Your assignment: Please give back, word for word, only the lines starting at the one containing "#496=EDGE_CURVE('',#140,#400,#495,.T.);" and ending at the one containing "#9=(NAMED_UNIT(*)PLANE_ANGLE_UNIT()SI_UNIT($,.RADIAN.));" within the material below.
---------- Record extracts ----------
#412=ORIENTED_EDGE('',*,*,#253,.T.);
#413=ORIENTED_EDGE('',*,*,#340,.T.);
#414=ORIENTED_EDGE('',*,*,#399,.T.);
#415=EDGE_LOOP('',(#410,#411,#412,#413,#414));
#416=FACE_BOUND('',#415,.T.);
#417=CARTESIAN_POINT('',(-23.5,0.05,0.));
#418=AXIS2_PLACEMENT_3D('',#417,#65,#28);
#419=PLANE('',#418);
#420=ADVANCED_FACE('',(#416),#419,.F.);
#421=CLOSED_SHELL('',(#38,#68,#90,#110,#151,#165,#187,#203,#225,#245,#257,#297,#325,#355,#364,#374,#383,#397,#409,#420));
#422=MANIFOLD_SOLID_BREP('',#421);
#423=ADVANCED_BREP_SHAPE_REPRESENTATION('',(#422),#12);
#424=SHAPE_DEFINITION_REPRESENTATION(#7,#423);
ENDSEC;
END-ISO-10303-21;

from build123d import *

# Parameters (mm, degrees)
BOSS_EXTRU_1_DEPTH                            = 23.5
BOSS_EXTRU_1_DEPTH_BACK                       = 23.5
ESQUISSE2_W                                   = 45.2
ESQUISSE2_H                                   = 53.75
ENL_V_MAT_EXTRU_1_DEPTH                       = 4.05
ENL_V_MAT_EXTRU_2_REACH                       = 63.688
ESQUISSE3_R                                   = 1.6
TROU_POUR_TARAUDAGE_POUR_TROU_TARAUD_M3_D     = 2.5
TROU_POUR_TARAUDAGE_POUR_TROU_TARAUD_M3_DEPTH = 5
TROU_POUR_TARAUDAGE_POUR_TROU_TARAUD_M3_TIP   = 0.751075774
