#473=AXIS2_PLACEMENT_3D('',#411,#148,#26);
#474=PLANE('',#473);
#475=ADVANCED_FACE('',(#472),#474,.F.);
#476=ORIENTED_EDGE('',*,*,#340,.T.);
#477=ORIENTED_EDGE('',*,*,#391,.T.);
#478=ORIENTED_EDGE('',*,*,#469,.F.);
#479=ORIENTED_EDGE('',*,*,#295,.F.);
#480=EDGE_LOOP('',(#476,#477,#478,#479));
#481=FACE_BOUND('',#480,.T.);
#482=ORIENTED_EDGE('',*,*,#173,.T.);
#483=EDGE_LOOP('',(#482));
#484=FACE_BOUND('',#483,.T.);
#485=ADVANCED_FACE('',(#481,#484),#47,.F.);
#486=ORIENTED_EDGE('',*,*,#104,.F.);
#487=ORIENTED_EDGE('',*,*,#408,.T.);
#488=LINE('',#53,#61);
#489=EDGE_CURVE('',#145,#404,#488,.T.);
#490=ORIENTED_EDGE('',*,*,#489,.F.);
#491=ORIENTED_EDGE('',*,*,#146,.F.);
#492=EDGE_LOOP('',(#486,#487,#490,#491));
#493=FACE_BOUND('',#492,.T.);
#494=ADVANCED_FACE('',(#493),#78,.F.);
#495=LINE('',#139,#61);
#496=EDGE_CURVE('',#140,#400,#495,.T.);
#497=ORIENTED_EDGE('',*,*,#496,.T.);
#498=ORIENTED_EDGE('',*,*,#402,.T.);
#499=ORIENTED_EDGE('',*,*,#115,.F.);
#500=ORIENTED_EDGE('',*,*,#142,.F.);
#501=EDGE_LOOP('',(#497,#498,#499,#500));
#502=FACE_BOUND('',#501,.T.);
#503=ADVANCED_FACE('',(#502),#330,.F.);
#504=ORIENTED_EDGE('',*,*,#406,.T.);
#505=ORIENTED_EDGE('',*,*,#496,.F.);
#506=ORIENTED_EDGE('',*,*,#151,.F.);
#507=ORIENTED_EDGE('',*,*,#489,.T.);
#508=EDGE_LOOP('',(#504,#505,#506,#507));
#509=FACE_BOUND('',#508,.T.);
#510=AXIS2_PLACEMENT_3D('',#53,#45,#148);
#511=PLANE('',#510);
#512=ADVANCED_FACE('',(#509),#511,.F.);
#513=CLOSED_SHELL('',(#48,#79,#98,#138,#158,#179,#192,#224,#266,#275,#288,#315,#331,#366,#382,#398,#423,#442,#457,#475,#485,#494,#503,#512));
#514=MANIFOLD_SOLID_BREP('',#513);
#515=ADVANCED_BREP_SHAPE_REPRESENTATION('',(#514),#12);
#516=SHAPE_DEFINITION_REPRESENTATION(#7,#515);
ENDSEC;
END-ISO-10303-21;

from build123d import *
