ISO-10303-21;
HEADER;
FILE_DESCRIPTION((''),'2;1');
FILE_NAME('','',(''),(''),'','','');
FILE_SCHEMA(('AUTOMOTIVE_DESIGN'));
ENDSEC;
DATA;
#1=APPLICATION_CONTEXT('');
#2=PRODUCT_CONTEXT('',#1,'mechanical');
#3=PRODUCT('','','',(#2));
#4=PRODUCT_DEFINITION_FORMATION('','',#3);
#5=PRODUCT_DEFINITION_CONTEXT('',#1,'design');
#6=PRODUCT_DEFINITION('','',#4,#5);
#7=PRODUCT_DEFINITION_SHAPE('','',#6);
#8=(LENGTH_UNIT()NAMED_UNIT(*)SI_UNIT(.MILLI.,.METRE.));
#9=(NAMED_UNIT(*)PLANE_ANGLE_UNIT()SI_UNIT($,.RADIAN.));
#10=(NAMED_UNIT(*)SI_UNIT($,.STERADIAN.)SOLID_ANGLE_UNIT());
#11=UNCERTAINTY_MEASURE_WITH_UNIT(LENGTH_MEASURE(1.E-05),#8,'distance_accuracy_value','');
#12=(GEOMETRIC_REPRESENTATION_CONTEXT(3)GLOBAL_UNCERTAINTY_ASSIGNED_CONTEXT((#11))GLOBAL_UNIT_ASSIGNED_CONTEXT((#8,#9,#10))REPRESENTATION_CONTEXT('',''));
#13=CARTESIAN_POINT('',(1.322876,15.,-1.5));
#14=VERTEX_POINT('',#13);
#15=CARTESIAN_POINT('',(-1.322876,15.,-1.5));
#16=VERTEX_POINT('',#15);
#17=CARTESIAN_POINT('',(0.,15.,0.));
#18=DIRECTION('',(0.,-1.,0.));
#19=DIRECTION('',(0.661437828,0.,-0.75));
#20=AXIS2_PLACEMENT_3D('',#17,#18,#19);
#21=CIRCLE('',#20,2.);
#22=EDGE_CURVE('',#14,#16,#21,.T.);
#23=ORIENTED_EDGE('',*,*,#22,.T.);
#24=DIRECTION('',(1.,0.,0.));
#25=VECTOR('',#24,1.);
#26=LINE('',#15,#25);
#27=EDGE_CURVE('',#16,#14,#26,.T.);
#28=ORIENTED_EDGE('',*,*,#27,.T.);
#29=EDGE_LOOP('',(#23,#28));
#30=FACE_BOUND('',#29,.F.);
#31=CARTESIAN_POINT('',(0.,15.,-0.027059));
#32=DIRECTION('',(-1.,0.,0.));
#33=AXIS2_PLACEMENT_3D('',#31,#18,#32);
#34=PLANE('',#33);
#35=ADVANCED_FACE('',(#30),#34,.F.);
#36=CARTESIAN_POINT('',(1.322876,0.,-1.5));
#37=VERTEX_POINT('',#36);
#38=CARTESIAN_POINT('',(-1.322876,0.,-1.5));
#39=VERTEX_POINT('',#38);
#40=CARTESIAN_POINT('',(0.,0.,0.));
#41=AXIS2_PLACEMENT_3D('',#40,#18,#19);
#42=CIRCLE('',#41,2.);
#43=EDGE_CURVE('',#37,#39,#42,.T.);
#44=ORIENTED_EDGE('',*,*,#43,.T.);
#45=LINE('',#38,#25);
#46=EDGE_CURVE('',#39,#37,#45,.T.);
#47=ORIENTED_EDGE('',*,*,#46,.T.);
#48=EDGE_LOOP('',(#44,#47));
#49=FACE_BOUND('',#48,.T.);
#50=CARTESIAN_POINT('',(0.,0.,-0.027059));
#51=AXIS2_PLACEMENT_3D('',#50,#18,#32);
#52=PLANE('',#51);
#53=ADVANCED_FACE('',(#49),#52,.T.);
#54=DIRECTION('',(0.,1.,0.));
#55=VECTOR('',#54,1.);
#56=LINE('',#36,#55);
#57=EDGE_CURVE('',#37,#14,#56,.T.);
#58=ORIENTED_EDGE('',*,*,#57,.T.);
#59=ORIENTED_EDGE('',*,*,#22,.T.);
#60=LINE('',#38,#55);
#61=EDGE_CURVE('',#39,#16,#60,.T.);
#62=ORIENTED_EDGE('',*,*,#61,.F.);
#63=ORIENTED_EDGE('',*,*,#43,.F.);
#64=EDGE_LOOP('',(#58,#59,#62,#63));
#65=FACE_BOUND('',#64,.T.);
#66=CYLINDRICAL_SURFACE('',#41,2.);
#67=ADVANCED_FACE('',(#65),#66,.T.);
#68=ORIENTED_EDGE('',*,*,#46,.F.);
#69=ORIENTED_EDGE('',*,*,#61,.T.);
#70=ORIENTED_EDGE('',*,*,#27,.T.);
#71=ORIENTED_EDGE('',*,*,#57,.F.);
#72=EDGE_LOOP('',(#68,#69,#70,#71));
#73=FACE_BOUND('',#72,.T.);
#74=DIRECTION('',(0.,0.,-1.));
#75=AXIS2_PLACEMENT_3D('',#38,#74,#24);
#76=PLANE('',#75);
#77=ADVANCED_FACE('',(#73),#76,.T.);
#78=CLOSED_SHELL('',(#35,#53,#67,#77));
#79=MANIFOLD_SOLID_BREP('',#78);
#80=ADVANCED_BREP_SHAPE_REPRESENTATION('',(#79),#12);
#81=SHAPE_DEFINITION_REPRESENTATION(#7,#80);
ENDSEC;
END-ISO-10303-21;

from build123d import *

# Parameters (mm, degrees)
BOSS_EXTRUDE1_DEPTH = 15


with BuildPart() as part:
    # Sketch1 → Boss-Extrude1 (new body)
    with BuildSketch(Plane(origin=(0, 0, 0), x_dir=(1, 0, 0), z_dir=(0, 1, 0))):
        with BuildLine():
            Line((-1.322875656, 1.5), (1.322875656, 1.5))
            ThreePointArc((1.322875656, 1.5), (0, -2), (-1.322875656, 1.5))
        make_face()
    extrude(amount=BOSS_EXTRUDE1_DEPTH)


solid = part.part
----------
Solution for this problem:
#496=EDGE_CURVE('',#140,#400,#495,.T.);
#497=ORIENTED_EDGE('',*,*,#496,.T.);
#498=ORIENTED_EDGE('',*,*,#402,.T.);
#499=ORIENTED_EDGE('',*,*,#115,.F.);
#500=ORIENTED_EDGE('',*,*,#142,.F.);
#501=EDGE_LOOP('',(#497,#498,#499,#500));
#502=FACE_BOUND('',#501,.T.);
#503=ADVANCED_FACE('',(#502),#330,.F.);
#504=ORIENTED_EDGE('',*,*,#406,.T.);
#505=ORIENTED_EDGE('',*,*,#496,.F.);
#506=ORIENTED_EDGE('',*,*,#151,.F.);
#507=ORIENTED_EDGE('',*,*,#489,.T.);
#508=EDGE_LOOP('',(#504,#505,#506,#507));
#509=FACE_BOUND('',#508,.T.);
#510=AXIS2_PLACEMENT_3D('',#53,#45,#148);
#511=PLANE('',#510);
#512=ADVANCED_FACE('',(#509),#511,.F.);
#513=CLOSED_SHELL('',(#48,#79,#98,#138,#158,#179,#192,#224,#266,#275,#288,#315,#331,#366,#382,#398,#423,#442,#457,#475,#485,#494,#503,#512));
#514=MANIFOLD_SOLID_BREP('',#513);
#515=ADVANCED_BREP_SHAPE_REPRESENTATION('',(#514),#12);
#516=SHAPE_DEFINITION_REPRESENTATION(#7,#515);
ENDSEC;
END-ISO-10303-21;

from build123d import *
ISO-10303-21;
HEADER;
FILE_DESCRIPTION((''),'2;1');
FILE_NAME('','',(''),(''),'','','');
FILE_SCHEMA(('AUTOMOTIVE_DESIGN'));
ENDSEC;
DATA;
#1=APPLICATION_CONTEXT('');
#2=PRODUCT_CONTEXT('',#1,'mechanical');
#3=PRODUCT('','','',(#2));
#4=PRODUCT_DEFINITION_FORMATION('','',#3);
#5=PRODUCT_DEFINITION_CONTEXT('',#1,'design');
#6=PRODUCT_DEFINITION('','',#4,#5);
#7=PRODUCT_DEFINITION_SHAPE('','',#6);
#8=(LENGTH_UNIT()NAMED_UNIT(*)SI_UNIT(.MILLI.,.METRE.));
#9=(NAMED_UNIT(*)PLANE_ANGLE_UNIT()SI_UNIT($,.RADIAN.));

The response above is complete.